Both get a
lot of feedback, both have to test material and ideas to be successful, both
dare to do things differently, both are
creatives, both take years to be successful but for some look like ‘over
night successes’, both sometimes don’t do what they do for money – but a lot of
money goes to the few that ‘make’ it.
But there are other sadder reasons and
perhaps more poignant reasons too.
You see I know you know. Robin
Williams died yesterday. There has been much written about it and rightly so.
He was a genius, with lots of works created, some brilliant, some awful, some
strangely successful money wise but a man who suffered with depression, even
though some might say “he was the funniest man in the world.”
It is truly saddening that Robin Williams
has died, what might be more saddening is the negative social media reaction
around this which has caused his daughter Zelda
to delete her Twitter account after receiving cruel tweets following her
father's death. We can conclude we live in strange times and some
people have no respect.
But...
In the end an opportunity for goodness.
What I hope is what his death does
do is “give” us all the opportunity to be more open about depression. Especially
amongst my peer group of entrepreneurs and people who work in start ups. As in the latest Gallup-Healthways Well-Being Index,
34 percent of entrepreneurs--4 percentage points more than other
workers--reported they were worried. And 45 percent of entrepreneurs said they
were stressed, 3 percentage points more than other workers. This makes
sense as they start the business, but they are also much more likely to be
depressed.

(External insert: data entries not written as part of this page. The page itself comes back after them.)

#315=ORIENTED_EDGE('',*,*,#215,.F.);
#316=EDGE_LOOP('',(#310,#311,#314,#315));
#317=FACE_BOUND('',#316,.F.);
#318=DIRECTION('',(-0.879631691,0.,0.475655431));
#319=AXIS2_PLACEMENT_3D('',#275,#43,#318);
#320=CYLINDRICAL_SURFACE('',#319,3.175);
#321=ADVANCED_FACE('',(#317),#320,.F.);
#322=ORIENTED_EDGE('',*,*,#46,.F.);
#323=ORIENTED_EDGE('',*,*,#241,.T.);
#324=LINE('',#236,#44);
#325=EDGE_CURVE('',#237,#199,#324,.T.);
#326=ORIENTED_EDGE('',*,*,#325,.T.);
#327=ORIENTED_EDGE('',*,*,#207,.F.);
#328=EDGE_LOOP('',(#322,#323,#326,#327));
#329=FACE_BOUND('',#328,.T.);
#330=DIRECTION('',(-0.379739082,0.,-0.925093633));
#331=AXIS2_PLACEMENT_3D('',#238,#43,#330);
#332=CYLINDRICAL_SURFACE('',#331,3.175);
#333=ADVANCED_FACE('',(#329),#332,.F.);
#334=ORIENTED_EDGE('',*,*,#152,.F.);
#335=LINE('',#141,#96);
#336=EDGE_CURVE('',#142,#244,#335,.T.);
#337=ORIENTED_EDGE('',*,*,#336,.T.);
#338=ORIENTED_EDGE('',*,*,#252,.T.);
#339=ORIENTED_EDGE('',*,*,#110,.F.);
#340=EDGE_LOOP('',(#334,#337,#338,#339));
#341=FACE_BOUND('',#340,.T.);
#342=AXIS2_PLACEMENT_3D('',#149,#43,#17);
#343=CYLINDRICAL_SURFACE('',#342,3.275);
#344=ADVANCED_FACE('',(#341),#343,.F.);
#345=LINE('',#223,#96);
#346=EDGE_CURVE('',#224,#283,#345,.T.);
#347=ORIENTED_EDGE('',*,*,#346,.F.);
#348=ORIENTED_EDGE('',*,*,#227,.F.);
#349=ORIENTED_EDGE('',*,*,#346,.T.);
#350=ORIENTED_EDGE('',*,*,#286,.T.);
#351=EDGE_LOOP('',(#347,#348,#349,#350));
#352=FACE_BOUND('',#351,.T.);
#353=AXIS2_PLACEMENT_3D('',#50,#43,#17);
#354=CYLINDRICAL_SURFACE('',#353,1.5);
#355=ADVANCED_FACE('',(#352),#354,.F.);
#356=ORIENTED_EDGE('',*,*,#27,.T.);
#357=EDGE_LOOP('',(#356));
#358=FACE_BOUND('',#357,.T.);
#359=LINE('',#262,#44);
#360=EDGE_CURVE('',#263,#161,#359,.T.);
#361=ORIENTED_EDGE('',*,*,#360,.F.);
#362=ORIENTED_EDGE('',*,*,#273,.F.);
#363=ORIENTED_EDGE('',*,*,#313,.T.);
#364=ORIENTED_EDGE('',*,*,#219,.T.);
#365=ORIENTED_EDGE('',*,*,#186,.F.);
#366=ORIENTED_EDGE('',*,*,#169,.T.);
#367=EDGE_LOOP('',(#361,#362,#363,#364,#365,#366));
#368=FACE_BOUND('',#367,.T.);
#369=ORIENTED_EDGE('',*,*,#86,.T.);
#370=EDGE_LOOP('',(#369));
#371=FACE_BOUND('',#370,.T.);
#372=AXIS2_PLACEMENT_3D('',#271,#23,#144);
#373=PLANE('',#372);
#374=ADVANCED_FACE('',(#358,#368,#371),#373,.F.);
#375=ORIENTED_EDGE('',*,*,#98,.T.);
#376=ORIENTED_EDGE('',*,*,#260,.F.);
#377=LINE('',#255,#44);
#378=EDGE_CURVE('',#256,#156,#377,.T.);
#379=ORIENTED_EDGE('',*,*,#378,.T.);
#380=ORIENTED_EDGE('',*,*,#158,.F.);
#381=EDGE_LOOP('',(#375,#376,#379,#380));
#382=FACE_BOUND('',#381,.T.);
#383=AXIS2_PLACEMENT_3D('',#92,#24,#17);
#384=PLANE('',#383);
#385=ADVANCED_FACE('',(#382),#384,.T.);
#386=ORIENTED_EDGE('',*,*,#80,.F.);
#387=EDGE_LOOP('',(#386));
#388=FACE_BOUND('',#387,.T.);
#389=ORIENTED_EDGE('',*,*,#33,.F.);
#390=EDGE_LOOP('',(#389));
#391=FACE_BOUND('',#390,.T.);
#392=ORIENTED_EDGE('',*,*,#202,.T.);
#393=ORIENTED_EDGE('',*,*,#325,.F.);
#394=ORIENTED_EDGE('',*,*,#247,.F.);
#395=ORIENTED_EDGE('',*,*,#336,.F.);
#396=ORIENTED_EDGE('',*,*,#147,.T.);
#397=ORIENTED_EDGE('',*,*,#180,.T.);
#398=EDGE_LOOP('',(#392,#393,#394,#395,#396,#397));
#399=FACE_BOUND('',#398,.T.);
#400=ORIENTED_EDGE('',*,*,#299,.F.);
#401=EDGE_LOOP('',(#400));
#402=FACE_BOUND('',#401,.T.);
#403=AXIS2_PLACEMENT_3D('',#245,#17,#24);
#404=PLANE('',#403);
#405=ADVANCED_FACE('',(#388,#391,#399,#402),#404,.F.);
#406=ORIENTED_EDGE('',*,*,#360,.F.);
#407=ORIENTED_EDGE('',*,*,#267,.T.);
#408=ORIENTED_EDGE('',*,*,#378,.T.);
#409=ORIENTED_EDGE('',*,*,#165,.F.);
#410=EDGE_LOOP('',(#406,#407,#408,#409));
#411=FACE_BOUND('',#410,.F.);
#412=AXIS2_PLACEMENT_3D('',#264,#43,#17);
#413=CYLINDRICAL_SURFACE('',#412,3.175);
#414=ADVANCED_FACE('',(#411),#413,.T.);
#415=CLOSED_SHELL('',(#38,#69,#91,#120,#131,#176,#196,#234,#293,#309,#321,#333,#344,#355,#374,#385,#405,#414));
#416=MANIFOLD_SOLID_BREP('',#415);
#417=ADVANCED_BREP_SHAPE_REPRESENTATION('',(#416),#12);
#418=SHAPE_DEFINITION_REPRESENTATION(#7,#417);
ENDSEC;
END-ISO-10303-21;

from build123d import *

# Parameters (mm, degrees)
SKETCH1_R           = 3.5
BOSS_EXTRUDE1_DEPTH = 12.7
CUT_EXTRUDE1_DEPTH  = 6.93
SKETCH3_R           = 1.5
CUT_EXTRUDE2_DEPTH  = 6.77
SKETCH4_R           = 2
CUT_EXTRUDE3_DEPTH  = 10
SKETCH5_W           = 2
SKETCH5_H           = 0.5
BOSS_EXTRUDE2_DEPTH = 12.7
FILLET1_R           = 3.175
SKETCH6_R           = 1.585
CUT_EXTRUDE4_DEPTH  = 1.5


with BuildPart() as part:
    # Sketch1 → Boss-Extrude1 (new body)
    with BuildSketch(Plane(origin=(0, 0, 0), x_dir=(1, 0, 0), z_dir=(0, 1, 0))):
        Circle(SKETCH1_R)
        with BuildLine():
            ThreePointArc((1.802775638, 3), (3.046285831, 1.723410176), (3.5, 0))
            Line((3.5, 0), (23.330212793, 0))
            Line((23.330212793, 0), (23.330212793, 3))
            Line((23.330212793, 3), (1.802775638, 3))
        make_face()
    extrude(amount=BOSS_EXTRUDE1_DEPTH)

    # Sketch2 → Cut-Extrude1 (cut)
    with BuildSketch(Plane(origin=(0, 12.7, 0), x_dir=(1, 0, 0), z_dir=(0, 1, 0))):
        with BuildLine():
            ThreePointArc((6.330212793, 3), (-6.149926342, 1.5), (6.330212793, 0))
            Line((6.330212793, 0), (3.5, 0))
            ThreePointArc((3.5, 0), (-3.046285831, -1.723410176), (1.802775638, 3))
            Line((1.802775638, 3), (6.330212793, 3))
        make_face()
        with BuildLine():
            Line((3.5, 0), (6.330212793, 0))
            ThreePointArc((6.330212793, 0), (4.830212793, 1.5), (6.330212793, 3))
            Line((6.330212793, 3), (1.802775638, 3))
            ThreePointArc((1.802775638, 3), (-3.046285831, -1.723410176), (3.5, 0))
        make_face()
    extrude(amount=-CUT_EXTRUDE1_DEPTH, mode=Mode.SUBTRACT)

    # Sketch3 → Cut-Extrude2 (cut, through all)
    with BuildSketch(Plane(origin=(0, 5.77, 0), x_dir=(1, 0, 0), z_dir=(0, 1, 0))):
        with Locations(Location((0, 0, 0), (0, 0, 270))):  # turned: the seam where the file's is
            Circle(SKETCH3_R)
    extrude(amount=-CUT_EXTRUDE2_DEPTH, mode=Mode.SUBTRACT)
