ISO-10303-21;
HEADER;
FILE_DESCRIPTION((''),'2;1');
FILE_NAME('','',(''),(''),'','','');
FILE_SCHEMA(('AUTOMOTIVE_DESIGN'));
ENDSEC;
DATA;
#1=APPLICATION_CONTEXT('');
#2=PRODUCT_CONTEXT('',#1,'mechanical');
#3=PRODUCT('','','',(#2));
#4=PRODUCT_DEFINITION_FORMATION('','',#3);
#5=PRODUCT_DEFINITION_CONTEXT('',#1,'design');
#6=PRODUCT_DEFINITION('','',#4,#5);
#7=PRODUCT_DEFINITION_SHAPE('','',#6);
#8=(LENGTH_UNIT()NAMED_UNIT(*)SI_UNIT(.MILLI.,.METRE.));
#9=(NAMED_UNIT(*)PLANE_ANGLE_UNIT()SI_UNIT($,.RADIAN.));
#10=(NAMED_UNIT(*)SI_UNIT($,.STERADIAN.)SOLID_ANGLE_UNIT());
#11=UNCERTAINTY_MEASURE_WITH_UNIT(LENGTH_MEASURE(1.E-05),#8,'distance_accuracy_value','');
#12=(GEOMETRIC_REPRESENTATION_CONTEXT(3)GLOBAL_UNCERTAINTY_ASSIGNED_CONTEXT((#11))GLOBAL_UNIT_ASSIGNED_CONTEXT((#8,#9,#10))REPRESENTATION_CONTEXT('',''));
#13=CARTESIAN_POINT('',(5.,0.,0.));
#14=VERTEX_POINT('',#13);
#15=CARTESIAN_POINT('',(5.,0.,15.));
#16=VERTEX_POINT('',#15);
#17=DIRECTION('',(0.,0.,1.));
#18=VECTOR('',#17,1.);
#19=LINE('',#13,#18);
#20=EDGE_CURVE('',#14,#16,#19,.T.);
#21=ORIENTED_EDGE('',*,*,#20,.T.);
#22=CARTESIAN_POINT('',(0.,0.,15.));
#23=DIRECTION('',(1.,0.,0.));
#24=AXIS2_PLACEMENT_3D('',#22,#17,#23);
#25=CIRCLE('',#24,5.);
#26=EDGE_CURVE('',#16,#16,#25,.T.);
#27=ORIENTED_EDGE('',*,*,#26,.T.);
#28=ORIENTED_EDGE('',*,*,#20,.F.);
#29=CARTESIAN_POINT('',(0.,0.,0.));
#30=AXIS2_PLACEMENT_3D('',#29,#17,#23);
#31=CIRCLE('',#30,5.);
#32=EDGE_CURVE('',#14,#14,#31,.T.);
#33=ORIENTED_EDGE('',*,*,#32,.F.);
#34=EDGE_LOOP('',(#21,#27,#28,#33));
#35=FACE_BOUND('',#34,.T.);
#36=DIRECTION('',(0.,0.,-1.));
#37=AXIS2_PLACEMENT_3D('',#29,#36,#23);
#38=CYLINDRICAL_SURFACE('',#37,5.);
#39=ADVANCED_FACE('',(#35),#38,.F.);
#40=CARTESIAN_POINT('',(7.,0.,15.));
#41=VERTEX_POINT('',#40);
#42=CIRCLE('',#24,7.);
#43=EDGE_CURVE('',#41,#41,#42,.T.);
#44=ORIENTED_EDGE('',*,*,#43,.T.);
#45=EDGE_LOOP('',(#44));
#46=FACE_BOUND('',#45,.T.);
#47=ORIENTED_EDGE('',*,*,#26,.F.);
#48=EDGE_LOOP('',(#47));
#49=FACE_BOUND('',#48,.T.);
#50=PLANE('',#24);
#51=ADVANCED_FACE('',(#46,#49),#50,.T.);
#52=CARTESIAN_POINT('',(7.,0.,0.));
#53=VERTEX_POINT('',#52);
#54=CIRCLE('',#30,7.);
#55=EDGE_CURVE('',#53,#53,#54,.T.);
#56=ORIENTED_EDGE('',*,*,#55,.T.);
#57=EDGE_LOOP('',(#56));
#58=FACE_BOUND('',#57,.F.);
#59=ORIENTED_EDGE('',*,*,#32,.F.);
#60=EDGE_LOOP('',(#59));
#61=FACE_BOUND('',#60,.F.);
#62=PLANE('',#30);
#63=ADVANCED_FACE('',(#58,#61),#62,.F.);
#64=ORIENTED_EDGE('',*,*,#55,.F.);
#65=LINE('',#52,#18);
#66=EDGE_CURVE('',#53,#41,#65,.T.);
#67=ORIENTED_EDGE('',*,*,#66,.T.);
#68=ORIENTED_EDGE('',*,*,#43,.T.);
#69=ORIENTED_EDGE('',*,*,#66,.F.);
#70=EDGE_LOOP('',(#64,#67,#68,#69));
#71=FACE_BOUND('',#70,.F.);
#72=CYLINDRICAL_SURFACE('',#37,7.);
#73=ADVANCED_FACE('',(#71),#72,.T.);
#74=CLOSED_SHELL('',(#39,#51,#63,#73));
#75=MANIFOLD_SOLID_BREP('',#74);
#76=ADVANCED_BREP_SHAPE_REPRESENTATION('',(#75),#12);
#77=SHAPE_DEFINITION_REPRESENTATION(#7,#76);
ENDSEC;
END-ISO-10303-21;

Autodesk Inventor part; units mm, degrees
ref_plane "YZ Plane" through (0, 0, 0) normal (1, 0, 0) x (0, 1, 0)
ref_plane "XZ Plane" through (0, 0, 0) normal (0, 1, 0) x (-1, 0, 0)
ref_plane "XY Plane" through (0, 0, 0) normal (0, 0, 1) x (1, 0, 0)
sketch "草图1" plane through (0, 0, 0) normal (0, 0, 1) x (1, 0, 0)
  circle A0 centre (0, 0) radius 5
  circle A1 centre (0, 0) radius 7
  dimension "轴径" = 10
  dimension "轴套外径" = 14
extrude "拉伸1" add sketch "草图1" along normal blind 15
properties part number "套筒" material "PVC 管"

As Niall Harbison*, himself a successful entrepreneur
who suffered with depression states:
“Given the huge pressure that most
founders come under during the early days of a business, it is … more likely
that they’ll get it. I didn’t know what it was before, but now I know the signs
I see it happen to people all the time. It is such a taboo subject though that
nobody ever wants to talk about it because of the fear of being seen as a
failure.”
And from a personal point of view from a social media friend of mine in
Manchester, Rachel Thompson, wrote this blog this morning saying:
“Hearing that this well-known, well-respected, genius of a
man could no longer cope with his battle spurred me to write something about my
own experiences. I’ve toyed with it for a number of months, even thinking that
it would help me to deal with my own ‘journey’ but it’s taken until this time
to finally be able to write it down.”
That blog is here and wonderful. God speed
Rachel. And again fair play for writing it – you have more guts than I…. Another
friend of mine Steve Kuncewicz who applauded Rachel today might be right in saying:
Rachel is “one of the brightest, most
able and generally brilliant people I know.” And it would seem that with genius comes depression but is it that dry
cut?
The Taboo of Depression in Startups.
With a different angle for myself,
depression is something that is finally being “called out” in the
entrepreneurial community. Finally! As reported only a month ago , in this award
winning blog “The Psychological Price of Entrepreneurship.”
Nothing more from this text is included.